Within ten minutes the expert's presentation had bored me to the point of switching it off, dull, dull, dull.
End result; poor production lost the expert a customer.

An alternative example are Sorby's videos to promote their products. Succinct, clear and well made. I went out and bought a SPE and some of their other tools when they were shown so well.

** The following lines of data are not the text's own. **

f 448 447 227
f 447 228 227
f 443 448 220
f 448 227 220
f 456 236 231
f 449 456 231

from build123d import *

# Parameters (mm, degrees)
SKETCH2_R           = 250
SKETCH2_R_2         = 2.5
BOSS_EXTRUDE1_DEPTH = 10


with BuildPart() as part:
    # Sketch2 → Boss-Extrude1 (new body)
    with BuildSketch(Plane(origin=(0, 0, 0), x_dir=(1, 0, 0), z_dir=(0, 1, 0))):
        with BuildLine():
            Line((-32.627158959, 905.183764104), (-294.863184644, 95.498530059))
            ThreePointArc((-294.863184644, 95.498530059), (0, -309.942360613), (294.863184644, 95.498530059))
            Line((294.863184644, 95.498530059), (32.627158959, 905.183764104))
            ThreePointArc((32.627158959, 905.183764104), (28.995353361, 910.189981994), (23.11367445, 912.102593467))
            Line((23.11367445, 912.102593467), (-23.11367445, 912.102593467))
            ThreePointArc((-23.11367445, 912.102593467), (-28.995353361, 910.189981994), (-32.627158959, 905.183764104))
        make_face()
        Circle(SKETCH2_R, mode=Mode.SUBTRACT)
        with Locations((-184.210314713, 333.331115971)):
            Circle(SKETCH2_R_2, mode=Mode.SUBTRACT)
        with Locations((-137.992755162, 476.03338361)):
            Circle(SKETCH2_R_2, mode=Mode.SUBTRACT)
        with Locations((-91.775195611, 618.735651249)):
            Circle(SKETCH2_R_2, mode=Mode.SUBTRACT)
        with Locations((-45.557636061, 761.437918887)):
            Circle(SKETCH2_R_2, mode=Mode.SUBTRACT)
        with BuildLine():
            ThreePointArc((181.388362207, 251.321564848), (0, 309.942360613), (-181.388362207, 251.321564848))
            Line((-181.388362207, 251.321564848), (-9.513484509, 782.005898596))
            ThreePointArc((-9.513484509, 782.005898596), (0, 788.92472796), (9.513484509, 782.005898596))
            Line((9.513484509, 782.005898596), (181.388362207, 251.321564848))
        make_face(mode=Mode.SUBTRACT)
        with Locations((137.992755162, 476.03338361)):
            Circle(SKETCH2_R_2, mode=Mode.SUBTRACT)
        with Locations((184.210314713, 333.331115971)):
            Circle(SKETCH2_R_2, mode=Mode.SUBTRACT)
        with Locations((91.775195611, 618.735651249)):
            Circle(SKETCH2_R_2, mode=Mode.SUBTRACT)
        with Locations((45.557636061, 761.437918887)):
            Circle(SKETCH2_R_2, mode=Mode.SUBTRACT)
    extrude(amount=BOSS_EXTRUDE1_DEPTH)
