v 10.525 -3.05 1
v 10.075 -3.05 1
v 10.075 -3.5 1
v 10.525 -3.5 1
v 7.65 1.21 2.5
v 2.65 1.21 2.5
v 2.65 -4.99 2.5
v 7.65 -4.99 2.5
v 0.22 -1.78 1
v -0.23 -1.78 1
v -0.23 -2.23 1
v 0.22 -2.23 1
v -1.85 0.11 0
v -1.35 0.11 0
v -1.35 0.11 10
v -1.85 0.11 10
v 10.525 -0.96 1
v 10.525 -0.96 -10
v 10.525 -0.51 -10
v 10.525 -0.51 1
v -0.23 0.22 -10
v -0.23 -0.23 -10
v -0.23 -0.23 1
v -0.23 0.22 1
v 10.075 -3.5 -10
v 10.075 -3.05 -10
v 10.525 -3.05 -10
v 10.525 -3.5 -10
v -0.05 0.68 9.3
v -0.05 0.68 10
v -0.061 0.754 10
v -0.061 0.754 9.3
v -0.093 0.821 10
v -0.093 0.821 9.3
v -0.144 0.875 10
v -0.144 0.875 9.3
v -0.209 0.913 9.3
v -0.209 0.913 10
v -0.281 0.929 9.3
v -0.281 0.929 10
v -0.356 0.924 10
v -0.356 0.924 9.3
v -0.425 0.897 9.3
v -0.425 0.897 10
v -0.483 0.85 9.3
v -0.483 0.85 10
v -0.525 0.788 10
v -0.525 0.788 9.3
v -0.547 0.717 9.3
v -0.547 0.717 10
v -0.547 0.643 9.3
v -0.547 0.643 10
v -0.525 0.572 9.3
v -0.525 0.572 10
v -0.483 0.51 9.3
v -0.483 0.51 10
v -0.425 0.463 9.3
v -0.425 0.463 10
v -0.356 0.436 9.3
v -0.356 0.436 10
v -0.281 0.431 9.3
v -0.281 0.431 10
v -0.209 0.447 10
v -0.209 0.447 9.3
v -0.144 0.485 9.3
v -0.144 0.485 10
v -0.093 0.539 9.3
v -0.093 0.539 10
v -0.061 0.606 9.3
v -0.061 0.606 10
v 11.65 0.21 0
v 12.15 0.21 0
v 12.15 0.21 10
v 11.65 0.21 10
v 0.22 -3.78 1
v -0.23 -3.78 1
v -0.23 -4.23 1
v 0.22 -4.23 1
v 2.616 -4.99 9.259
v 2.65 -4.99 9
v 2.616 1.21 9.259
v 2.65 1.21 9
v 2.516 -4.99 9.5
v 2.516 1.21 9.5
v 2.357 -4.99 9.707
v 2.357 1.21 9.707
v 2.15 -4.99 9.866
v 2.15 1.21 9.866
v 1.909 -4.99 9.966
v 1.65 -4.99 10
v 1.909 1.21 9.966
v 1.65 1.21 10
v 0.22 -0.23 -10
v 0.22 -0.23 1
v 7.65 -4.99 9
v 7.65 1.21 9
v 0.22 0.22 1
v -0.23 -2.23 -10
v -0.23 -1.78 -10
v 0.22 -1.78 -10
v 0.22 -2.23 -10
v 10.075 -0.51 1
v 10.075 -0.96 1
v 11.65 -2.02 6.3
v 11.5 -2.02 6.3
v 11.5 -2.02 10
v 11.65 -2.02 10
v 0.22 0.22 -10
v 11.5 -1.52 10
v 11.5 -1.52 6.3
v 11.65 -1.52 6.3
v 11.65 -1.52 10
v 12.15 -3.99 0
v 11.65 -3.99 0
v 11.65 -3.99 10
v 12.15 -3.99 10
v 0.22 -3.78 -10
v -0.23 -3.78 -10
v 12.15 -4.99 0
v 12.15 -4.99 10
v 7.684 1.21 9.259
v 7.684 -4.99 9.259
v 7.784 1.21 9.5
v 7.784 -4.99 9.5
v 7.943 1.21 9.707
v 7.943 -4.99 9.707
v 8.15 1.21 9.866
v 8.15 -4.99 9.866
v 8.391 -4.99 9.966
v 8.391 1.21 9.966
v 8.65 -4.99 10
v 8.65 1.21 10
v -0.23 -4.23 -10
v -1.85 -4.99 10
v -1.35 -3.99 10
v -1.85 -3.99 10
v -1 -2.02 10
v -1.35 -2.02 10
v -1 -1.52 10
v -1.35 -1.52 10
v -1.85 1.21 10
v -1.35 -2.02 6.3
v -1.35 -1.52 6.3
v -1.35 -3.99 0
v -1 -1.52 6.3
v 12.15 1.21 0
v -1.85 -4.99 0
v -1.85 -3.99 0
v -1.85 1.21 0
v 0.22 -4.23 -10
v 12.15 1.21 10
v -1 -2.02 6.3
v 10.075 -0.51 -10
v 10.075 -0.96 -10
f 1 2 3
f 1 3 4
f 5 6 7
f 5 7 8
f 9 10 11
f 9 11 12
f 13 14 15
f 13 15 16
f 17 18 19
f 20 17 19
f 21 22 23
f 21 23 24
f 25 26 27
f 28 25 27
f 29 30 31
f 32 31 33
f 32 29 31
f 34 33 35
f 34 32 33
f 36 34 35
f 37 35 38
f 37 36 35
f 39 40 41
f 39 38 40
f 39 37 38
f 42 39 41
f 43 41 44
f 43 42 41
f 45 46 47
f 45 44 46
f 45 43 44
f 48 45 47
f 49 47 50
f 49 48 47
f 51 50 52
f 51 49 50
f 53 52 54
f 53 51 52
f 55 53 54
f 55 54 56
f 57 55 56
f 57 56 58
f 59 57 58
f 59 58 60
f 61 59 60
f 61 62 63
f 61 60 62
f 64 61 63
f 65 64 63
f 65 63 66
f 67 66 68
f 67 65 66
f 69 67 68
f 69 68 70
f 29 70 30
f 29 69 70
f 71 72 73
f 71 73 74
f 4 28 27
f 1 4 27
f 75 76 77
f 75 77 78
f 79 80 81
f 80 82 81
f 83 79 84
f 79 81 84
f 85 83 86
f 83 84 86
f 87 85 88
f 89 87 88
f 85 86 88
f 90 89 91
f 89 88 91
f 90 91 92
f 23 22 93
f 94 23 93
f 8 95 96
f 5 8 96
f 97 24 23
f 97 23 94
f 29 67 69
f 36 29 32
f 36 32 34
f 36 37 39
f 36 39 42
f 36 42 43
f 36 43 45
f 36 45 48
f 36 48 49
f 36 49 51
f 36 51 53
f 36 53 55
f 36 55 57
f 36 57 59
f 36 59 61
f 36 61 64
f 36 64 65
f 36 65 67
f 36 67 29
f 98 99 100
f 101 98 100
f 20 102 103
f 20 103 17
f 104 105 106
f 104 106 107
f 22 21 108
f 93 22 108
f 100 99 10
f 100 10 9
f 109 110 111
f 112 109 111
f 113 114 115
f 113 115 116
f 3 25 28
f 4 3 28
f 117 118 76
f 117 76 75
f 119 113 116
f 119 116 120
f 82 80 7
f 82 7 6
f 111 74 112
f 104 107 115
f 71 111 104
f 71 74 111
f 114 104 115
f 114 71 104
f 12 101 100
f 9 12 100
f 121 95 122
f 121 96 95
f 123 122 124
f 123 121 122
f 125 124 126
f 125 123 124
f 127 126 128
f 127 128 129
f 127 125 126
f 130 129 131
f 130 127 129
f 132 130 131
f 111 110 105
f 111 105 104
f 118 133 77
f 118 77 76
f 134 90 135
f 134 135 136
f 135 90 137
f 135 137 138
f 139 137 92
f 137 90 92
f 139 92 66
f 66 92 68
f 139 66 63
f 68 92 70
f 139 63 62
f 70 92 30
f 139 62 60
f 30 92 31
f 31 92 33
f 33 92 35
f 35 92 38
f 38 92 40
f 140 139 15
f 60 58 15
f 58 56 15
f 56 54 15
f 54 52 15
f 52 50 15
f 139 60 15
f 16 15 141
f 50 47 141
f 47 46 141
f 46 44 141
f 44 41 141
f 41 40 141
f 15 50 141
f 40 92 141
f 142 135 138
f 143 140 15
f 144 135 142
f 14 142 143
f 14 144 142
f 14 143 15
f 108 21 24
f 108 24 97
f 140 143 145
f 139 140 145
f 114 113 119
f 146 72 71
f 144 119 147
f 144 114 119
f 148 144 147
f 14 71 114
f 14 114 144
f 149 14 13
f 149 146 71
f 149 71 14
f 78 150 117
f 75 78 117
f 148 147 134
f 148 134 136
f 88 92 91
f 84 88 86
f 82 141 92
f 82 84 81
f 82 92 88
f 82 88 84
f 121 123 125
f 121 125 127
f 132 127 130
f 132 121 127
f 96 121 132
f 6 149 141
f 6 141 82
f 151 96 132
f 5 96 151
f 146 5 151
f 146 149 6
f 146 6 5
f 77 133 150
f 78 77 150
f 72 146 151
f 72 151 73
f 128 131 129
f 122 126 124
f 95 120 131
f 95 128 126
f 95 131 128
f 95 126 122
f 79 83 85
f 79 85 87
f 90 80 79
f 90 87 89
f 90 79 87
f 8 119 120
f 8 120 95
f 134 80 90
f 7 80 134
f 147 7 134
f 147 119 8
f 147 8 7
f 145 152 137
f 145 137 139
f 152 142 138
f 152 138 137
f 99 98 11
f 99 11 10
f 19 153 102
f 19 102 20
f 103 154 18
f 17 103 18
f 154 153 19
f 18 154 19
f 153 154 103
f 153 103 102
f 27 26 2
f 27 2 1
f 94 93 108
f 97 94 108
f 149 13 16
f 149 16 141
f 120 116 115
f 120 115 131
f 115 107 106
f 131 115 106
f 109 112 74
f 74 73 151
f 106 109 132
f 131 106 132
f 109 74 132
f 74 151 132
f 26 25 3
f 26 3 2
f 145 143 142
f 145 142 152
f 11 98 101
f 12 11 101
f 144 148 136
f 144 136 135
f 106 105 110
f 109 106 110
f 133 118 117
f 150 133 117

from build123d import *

# Parameters (mm, degrees)
BOX_W             = 0.45
BOX_H             = 0.45
BOX_DEPTH         = 11
BOX001_W          = 0.45
BOX001_H          = 0.45
BOX001_DEPTH      = 11
BOX002_W          = 0.45
BOX002_H          = 0.45
BOX002_DEPTH      = 11
BOX003_W          = 0.45
BOX003_H          = 0.45
BOX003_DEPTH      = 11
BOX004_W          = 0.45
BOX004_H          = 0.45
BOX004_DEPTH      = 11
CYLINDER002_R     = 0.25
CYLINDER002_DEPTH = 1
BOX006_W          = 0.5
BOX006_H          = 0.5
BOX006_DEPTH      = 4
BOX007_W          = 0.5
BOX007_H          = 0.5
BOX007_DEPTH      = 4
BOX005_W          = 5
BOX005_H          = 8
BOX005_DEPTH      = 7.5
PAD_DEPTH         = 10
FILLET_R          = 1
FILLET001_R       = 1


with BuildPart() as pin001:
    # Box → Box (new body)
    with BuildSketch(Plane(origin=(-0.23, -0.23, -10), x_dir=(1, 0, 0), z_dir=(0, 0, 1))):
        with Locations((0.225, 0.225)):
            Rectangle(BOX_W, BOX_H)
    extrude(amount=BOX_DEPTH)


with BuildPart() as pin003:
    # Box001 → Box001 (new body)
    with BuildSketch(Plane(origin=(-0.23, -4.23, -10), x_dir=(1, 0, 0), z_dir=(0, 0, 1))):
        with Locations((0.225, 0.225)):
            Rectangle(BOX001_W, BOX001_H)
    extrude(amount=BOX001_DEPTH)


with BuildPart() as pin005:
    # Box002 → Box002 (new body)
    with BuildSketch(Plane(origin=(10.075, -0.96, -10), x_dir=(1, 0, 0), z_dir=(0, 0, 1))):
        with Locations((0.225, 0.225)):
            Rectangle(BOX002_W, BOX002_H)
    extrude(amount=BOX002_DEPTH)


with BuildPart() as pin002:
    # Box003 → Box003 (new body)
    with BuildSketch(Plane(origin=(-0.23, -2.23, -10), x_dir=(1, 0, 0), z_dir=(0, 0, 1))):
        with Locations((0.225, 0.225)):
            Rectangle(BOX003_W, BOX003_H)
    extrude(amount=BOX003_DEPTH)


with BuildPart() as pin004:
    # Box004 → Box004 (new body)
    with BuildSketch(Plane(origin=(10.075, -3.5, -10), x_dir=(1, 0, 0), z_dir=(0, 0, 1))):
        with Locations((0.225, 0.225)):
            Rectangle(BOX004_W, BOX004_H)
    extrude(amount=BOX004_DEPTH)


with BuildPart() as vcc_marking:
    # Cylinder002 → Cylinder002 (new body)
    with BuildSketch(Plane(origin=(-0.3, 1.2, 10), x_dir=(1, 0, 0), z_dir=(0, 0, 1))):
        Circle(CYLINDER002_R)
    extrude(amount=CYLINDER002_DEPTH)


with BuildPart() as kub006:
    # Box006 → Box006 (new body)
    with BuildSketch(Plane(origin=(-1.5, -1.5, 7), x_dir=(1, 0, 0), z_dir=(0, 0, 1))):
        with Locations((0.25, 0.25)):
            Rectangle(BOX006_W, BOX006_H)
    extrude(amount=BOX006_DEPTH)


with BuildPart() as kub007:
    # Box007 → Box007 (new body)
    with BuildSketch(Plane(origin=(11.5, -1.5, 7), x_dir=(1, 0, 0), z_dir=(0, 0, 1))):
        with Locations((0.25, 0.25)):
            Rectangle(BOX007_W, BOX007_H)
    extrude(amount=BOX007_DEPTH)


with BuildPart() as kub005:
    # Box005 → Box005 (new body)
    with BuildSketch(Plane(origin=(2.65, -5, 3.2), x_dir=(1, 0, 0), z_dir=(0, 0, 1))):
        with Locations((2.5, 4)):
            Rectangle(BOX005_W, BOX005_H)
    extrude(amount=BOX005_DEPTH)


with BuildPart() as fillet001:
    # Sketch → Pad (new body)
    with BuildSketch(Plane.XY):
        Polygon((-1.85, 1.73), (12.15, 1.73), (12.15, 0.73), (11.65, 0.73), (11.65, -3.47), (12.15, -3.47), (12.15, -4.47), (-1.85, -4.47), (-1.85, -3.47), (-1.35, -3.47), (-1.35, 0.63), (-1.85, 0.63), align=None)
    extrude(amount=PAD_DEPTH)


with BuildPart() as fillet001_1:
    # Body placement: moved
    add(fillet001.part.moved(Location((0, 0, 0.7))))

    # Cut: cut Kub005
    add(kub005.part, mode=Mode.SUBTRACT)

    # Cut001: cut Kub007
    add(kub007.part, mode=Mode.SUBTRACT)

    # Cut002: cut Kub006
    add(kub006.part, mode=Mode.SUBTRACT)

    # Cut003: cut VCC marking
    add(vcc_marking.part, mode=Mode.SUBTRACT)


with BuildPart() as fillet001_2:
    # Cut003 placement: moved
    add(fillet001_1.part.moved(Location((0, -0.52, -0.7))))

    # Fillet
    fillet_edges = [fillet001_2.edges().sort_by_distance(p)[0] for p in [
        (2.65, -1.89, 10),
    ]]
    fillet(fillet_edges, radius=FILLET_R)

    # Fillet001
    fillet001_edges = [fillet001_2.edges().sort_by_distance(p)[0] for p in [
        (7.65, -1.89, 10),
    ]]
    fillet(fillet001_edges, radius=FILLET001_R)


solid = Compound([pin001.part, pin003.part, pin005.part, pin002.part, pin004.part, fillet001_2.part])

A slick well made production generates interest, gets the information across properly and might make money.


----------



## Planebasics (24 Apr 2016)

Well, having actually bought and read/skimmed Paul’s latest book, I’ll give my tuppence worth. It follows Paul’s usual line advocating the use of basic, useful and affordable tools. Everything is well set out, sections on how to use, fettle and maintain, layout tools, planes, saws, etc. And most importantly, sharpening. There are no projects, woodworking joints, etc. It simply is a tool book and as such, it’s thorough and measured, his writing style is similar to his videos and it is well laid out, full of photos and illustrations without being confusing. I would have liked the font to be slightly larger to ease my tired ageing eyes and I’d be hesitant to bring it out to my workshed, but I know I will as I wouldn’t like to spoil it (cause it’s a handsome publication).
It’s aimed at the beginner or improver like myself and if I had had anything like this 30 years ago when I first tried woodworking, well, I certainly wouldn’t still be an improver today. I’ve read and bought numerous woodworking books over the years and this is the first that would have got me up and working.
I must say that it was Jacob’s ‘Grimsdale method’ of sharpening that got me back at proper woodworking (thanks Jacob if you’re reading this), rather than screwing and nailing bits of wood together, having come across it on the web. Not being able to receive broadband (living in rural Ireland) my use of the internet is limited but thanks to it was able to locate various resources and bought dvds by different woodworkers. I found Paul Sellers to be the most effective teacher of all the bunch and I’ll be eternally grateful to him.
As to the cost of the book, I’m a frugal person living on a modest income but never have had a problem paying for any specialist publication. After all it’s only the cost of a serviceable but not fashionable pair of shoes, a bit like the book in fact.
It’s well worth the cost and will certainly add to my enjoyment and skill level in woodworking. 
At the end of the day it’s all about making hand tool woodworking accessible and less mystifying to all and this book certainly does this. The dvds accompanying the book, (at additional cost) are good too.
Neil Carey


----------



## MIGNAL (24 Apr 2016)

custard":36cdiepb said:


> D_W":36cdiepb said:
> 
> 
> > I'm wondering what it is that paul sellers teaches that isn't in the multitude of historical texts.
> ...



You need a bigger hammer. Works every time. Just fixed my laptop with one.


----------



## D_W (24 Apr 2016)

Rhossydd":2k6h37up said:


> Cheshirechappie":2k6h37up said:
> 
> 
> > I'm not sure that matters much. It's the content that counts, really.
> ...



I agree with cheshire. If the content isn't interesting enough, you're just looking for entertainment instead. 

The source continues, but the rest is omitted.